Peptides and other hormones include melatonin (sleep regulation), oxytocin (bonding and uterine contractions), leptin and ghrelin (hunger and satiety), and growth hormone. These are less talked about but deeply relevant to how women feel across different life stages. ⁷

The system works as a whole

Here's what most hormone conversations miss: these categories don't operate in separate lanes. They're part of one interconnected system, and what happens in one area affects the others.

Cortisol and estrogen are a good example. Chronically elevated cortisol, the kind that comes from sustained stress, may suppress estrogen production and disrupt progesterone levels. ⁸ That can affect your cycle, your mood, your sleep, and your energy all at once, through one underlying mechanism.

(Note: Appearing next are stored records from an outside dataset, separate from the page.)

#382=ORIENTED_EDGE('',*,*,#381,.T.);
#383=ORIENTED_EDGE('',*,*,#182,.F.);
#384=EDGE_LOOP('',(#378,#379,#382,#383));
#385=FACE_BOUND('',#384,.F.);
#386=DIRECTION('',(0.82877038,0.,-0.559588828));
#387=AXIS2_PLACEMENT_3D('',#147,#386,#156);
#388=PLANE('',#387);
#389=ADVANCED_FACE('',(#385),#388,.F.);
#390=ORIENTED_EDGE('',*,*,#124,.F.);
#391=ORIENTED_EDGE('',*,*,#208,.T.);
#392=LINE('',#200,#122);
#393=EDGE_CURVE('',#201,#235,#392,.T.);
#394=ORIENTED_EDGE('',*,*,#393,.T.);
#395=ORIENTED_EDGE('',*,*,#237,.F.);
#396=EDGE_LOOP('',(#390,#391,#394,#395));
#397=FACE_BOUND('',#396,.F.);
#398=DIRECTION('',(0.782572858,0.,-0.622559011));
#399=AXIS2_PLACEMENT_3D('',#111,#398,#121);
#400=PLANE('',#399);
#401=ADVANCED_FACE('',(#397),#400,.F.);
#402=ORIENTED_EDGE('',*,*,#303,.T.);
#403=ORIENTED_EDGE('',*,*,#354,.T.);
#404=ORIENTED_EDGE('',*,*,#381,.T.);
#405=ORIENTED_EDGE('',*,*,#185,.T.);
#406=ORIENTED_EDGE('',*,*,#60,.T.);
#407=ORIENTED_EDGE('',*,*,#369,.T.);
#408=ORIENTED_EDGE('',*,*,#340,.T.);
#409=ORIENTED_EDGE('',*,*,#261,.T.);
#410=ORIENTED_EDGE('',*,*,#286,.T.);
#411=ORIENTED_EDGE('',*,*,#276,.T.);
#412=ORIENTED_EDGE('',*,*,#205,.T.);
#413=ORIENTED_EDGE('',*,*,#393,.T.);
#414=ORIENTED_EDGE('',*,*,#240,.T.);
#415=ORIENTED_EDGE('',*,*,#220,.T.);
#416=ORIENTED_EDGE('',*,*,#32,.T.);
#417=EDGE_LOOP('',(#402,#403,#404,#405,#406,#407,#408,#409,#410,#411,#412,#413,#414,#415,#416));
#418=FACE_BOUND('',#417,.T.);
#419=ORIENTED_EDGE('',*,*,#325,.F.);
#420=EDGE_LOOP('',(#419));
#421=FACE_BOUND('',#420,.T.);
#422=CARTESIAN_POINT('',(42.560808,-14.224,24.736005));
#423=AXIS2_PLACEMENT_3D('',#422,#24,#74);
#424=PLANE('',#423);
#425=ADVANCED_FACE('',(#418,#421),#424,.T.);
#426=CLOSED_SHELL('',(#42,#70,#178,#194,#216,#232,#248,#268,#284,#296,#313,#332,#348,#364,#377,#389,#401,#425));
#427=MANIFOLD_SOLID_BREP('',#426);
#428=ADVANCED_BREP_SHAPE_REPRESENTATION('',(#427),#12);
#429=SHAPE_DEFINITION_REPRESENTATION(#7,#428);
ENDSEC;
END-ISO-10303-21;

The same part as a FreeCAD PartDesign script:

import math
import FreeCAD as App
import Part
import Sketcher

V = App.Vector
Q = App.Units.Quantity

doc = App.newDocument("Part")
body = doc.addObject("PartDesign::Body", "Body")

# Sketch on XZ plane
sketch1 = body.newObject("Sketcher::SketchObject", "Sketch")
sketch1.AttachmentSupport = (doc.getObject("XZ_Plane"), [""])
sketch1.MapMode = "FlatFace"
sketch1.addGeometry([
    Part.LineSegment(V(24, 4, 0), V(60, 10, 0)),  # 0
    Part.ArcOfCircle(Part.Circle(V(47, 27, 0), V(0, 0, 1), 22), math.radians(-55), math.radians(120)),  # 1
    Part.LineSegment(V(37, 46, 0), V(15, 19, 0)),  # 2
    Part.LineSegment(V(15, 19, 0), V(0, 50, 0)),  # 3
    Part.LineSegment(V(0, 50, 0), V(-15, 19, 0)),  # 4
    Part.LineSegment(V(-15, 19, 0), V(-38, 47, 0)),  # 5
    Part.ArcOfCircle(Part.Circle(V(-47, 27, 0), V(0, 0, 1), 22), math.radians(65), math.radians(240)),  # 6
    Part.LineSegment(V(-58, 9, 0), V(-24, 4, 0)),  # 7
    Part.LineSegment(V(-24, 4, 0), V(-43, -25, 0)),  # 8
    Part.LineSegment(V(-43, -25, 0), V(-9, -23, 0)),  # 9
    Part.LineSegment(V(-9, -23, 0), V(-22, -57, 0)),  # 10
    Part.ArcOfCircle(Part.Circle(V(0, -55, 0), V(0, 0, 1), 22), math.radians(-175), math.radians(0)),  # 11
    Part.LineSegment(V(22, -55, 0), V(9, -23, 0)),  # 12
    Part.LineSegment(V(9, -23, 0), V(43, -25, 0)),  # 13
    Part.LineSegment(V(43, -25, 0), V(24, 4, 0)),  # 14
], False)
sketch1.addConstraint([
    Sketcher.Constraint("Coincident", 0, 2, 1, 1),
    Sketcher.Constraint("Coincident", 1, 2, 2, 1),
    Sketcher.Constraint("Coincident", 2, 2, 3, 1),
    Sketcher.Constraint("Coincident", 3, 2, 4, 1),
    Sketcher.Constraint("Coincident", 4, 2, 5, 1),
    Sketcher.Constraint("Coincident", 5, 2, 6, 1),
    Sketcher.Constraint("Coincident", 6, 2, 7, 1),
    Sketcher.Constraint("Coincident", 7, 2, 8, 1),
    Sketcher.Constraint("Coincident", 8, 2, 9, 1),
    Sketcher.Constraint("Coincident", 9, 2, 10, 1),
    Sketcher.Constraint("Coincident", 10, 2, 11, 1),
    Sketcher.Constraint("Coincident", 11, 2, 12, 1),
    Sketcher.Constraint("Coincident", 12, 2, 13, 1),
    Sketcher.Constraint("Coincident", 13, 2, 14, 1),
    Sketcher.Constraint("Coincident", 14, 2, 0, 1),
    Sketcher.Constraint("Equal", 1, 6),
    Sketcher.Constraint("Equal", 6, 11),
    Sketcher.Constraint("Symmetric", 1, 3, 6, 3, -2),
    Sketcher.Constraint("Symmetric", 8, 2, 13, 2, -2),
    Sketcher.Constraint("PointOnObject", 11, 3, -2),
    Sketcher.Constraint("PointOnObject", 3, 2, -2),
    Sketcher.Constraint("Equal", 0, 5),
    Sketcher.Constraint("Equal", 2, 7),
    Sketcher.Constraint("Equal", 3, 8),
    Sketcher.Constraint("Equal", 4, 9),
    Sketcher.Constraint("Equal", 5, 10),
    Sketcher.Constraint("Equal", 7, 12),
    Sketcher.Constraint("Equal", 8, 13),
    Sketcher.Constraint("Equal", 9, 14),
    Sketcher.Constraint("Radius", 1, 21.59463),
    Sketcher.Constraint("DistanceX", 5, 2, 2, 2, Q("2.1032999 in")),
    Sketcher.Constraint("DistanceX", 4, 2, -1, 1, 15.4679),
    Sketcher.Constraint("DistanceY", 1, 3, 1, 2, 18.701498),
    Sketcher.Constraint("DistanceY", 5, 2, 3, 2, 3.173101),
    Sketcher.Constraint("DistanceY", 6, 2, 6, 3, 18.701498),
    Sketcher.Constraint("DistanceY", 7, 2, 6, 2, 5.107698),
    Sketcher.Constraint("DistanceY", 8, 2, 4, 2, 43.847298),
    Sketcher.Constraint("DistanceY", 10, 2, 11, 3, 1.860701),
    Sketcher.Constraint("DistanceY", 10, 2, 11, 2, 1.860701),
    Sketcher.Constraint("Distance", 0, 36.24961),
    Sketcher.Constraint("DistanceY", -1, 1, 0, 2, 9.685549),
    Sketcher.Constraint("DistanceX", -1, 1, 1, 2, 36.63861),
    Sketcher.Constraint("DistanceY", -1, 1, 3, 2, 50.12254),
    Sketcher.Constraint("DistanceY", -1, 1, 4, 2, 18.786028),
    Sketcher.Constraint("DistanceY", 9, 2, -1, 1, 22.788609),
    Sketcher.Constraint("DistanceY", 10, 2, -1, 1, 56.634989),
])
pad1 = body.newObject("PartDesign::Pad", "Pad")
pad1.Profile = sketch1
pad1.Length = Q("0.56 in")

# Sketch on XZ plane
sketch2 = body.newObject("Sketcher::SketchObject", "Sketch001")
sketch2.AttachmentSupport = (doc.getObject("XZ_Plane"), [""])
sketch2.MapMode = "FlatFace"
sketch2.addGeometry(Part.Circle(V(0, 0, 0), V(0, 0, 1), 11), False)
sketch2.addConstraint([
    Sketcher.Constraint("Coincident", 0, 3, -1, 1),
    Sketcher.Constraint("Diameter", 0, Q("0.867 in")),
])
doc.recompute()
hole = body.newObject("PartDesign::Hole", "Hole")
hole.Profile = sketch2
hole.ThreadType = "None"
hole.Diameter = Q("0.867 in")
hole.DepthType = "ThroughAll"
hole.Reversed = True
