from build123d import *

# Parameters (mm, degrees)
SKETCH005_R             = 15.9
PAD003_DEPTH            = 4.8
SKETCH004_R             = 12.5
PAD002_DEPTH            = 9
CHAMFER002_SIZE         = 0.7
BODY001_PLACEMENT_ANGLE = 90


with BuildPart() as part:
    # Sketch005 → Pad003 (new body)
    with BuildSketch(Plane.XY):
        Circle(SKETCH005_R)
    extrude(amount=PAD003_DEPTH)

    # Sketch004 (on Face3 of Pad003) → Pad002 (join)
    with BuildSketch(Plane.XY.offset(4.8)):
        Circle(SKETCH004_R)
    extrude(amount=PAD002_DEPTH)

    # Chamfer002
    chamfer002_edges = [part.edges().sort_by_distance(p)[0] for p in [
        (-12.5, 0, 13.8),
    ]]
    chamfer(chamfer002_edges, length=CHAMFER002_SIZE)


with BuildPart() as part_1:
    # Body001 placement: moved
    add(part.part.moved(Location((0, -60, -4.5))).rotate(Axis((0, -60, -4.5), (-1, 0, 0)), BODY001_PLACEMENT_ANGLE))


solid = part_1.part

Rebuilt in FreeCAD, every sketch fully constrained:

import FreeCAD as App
import Part
import Sketcher

V = App.Vector


def edges_at(feature, points):
    """Names of the edges that pass closest to the given points."""
    edges = feature.Shape.Edges
    near = lambda p: min(range(len(edges)), key=lambda i: edges[i].distToShape(Part.Vertex(*p))[0])
    return sorted({f"Edge{near(p) + 1}" for p in points})

doc = App.newDocument("Part")
params = doc.addObject("Spreadsheet::Sheet", "Params")
for row, (alias, value) in enumerate([
    ("sketch1_diameter", "31.8 mm"),
    ("pad1_length", "4.8 mm"),
    ("sketch2_diameter", "25 mm"),
    ("pad2_length", "9 mm"),
    ("chamfer_size", "0.7 mm"),
], start=1):
    params.set(f"A{row}", alias)
    params.set(f"B{row}", "=" + value)
    params.setAlias(f"B{row}", alias)

body = doc.addObject("PartDesign::Body", "Body")

# Sketch on XY plane
sketch1 = doc.addObject("Sketcher::SketchObject", "Sketch")
body.addObject(sketch1)
sketch1.AttachmentSupport = (doc.XY_Plane, [""])
sketch1.MapMode = "FlatFace"
sketch1.addGeometry(Part.Circle(V(0, 0, 0), V(0, 0, 1), 15.9), False)
sketch1.addConstraint(Sketcher.Constraint("Coincident", 0, 3, -1, 1))
sketch1.addConstraint(Sketcher.Constraint("Diameter", 0, 31.8))
sketch1.setExpression("Constraints[1]", "Params.sketch1_diameter")
pad1 = doc.addObject("PartDesign::Pad", "Pad")
body.addObject(pad1)
pad1.Profile = sketch1
pad1.setExpression("Length", "Params.pad1_length")

# Sketch on XY plane
sketch2 = doc.addObject("Sketcher::SketchObject", "Sketch001")
body.addObject(sketch2)
sketch2.AttachmentSupport = (doc.XY_Plane, [""])
sketch2.MapMode = "FlatFace"
sketch2.AttachmentOffset = App.Placement(V(0, 0, 4.8), App.Rotation())
sketch2.addGeometry(Part.Circle(V(0, 0, 0), V(0, 0, 1), 12.5), False)
sketch2.addConstraint(Sketcher.Constraint("Coincident", 0, 3, -1, 1))
sketch2.addConstraint(Sketcher.Constraint("Diameter", 0, 25.0))
sketch2.setExpression("Constraints[1]", "Params.sketch2_diameter")
pad2 = doc.addObject("PartDesign::Pad", "Pad001")
body.addObject(pad2)
pad2.Profile = sketch2
pad2.setExpression("Length", "Params.pad2_length")
doc.recompute()

chamfer = doc.addObject("PartDesign::Chamfer", "Chamfer")
body.addObject(chamfer)
chamfer.Base = (pad2, edges_at(pad2, [(-12.5, 0, 13.8)]))
chamfer.setExpression("Size", "Params.chamfer_size")
body2 = doc.addObject("PartDesign::Body", "Body001")
doc.recompute()

body.Placement = App.Placement(V(0, -60, -4.5), App.Rotation(V(-1, 0, 0), 90))
boolean = doc.addObject("PartDesign::Boolean", "Boolean")
body2.addObject(boolean)
boolean.Type = "Fuse"
boolean.addObjects([body])

doc.recompute()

Insulin and sex hormones are similarly connected. Elevated insulin levels may increase androgen production in the ovaries, which is one of the drivers behind conditions like PMOS, polyendocrine metabolic ovarian syndrome (formerly called PCOS).⁹

Thyroid function and estrogen also interact. Estrogen influences how thyroid hormones bind to proteins in the blood, which affects how much is actually available for your cells to use. ¹⁰

The body doesn't experience these as separate systems. A disruption in one area creates ripple effects across others. This is why hormonal symptoms are rarely simple and why addressing them well requires looking at the full picture.

Why this matters

Symptoms like fatigue, mood changes, irregular cycles, poor sleep, and brain fog are often written off as stress, aging, or just being a woman. Understanding that these symptoms may have hormonal drivers, and that those drivers are connected, is a different starting point entirely.

Part 2 of this series covers what hormonal disruption actually looks like, which hormone categories tend to be behind the most common symptoms women experience, and why one symptom often has more than one hormonal explanation.

References

1. Boron WF, Boulpaep EL. Medical Physiology. 3rd ed. Elsevier; 2017.
2. Marieb EN, Hoehn K. Human Anatomy and Physiology. 11th ed. Pearson; 2019.
3. Greendale GA, et al. The menopause transition. Endocrinol Metab Clin North Am. 2011;40(4):739–746.
4. Tsigos C, Chrousos GP. Hypothalamic-pituitary-adrenal axis, neuroendocrine factors and stress. J Psychosom Res. 2002;53(4):865–871.
5. Garber JR, et al. Clinical practice guidelines for hypothyroidism in adults. Endocr Pract. 2012;18(6):988–1028.
6. Mauvais-Jarvis F, et al. The role of estrogens in control of energy balance and glucose homeostasis. Endocr Rev. 2013;34(3):309–338.
7. Stárka L, Dušková M. What is a hormone? Physiol Res. 2020;69(Suppl 2):S183–S185.
8. Whirledge S, Cidlowski JA. Glucocorticoids, stress, and fertility. Minerva Endocrinol. 2010;35(2):109–125.
9. Diamanti-Kandarakis E, Dunaif A. Insulin resistance and the polycystic ovary syndrome revisited. Endocr Rev. 2012;33(6):981–1030.
10. Santin AP, Furlanetto TW. Role of estrogen in thyroid function and growth regulation. J Thyroid Res. 2011;2011:875125.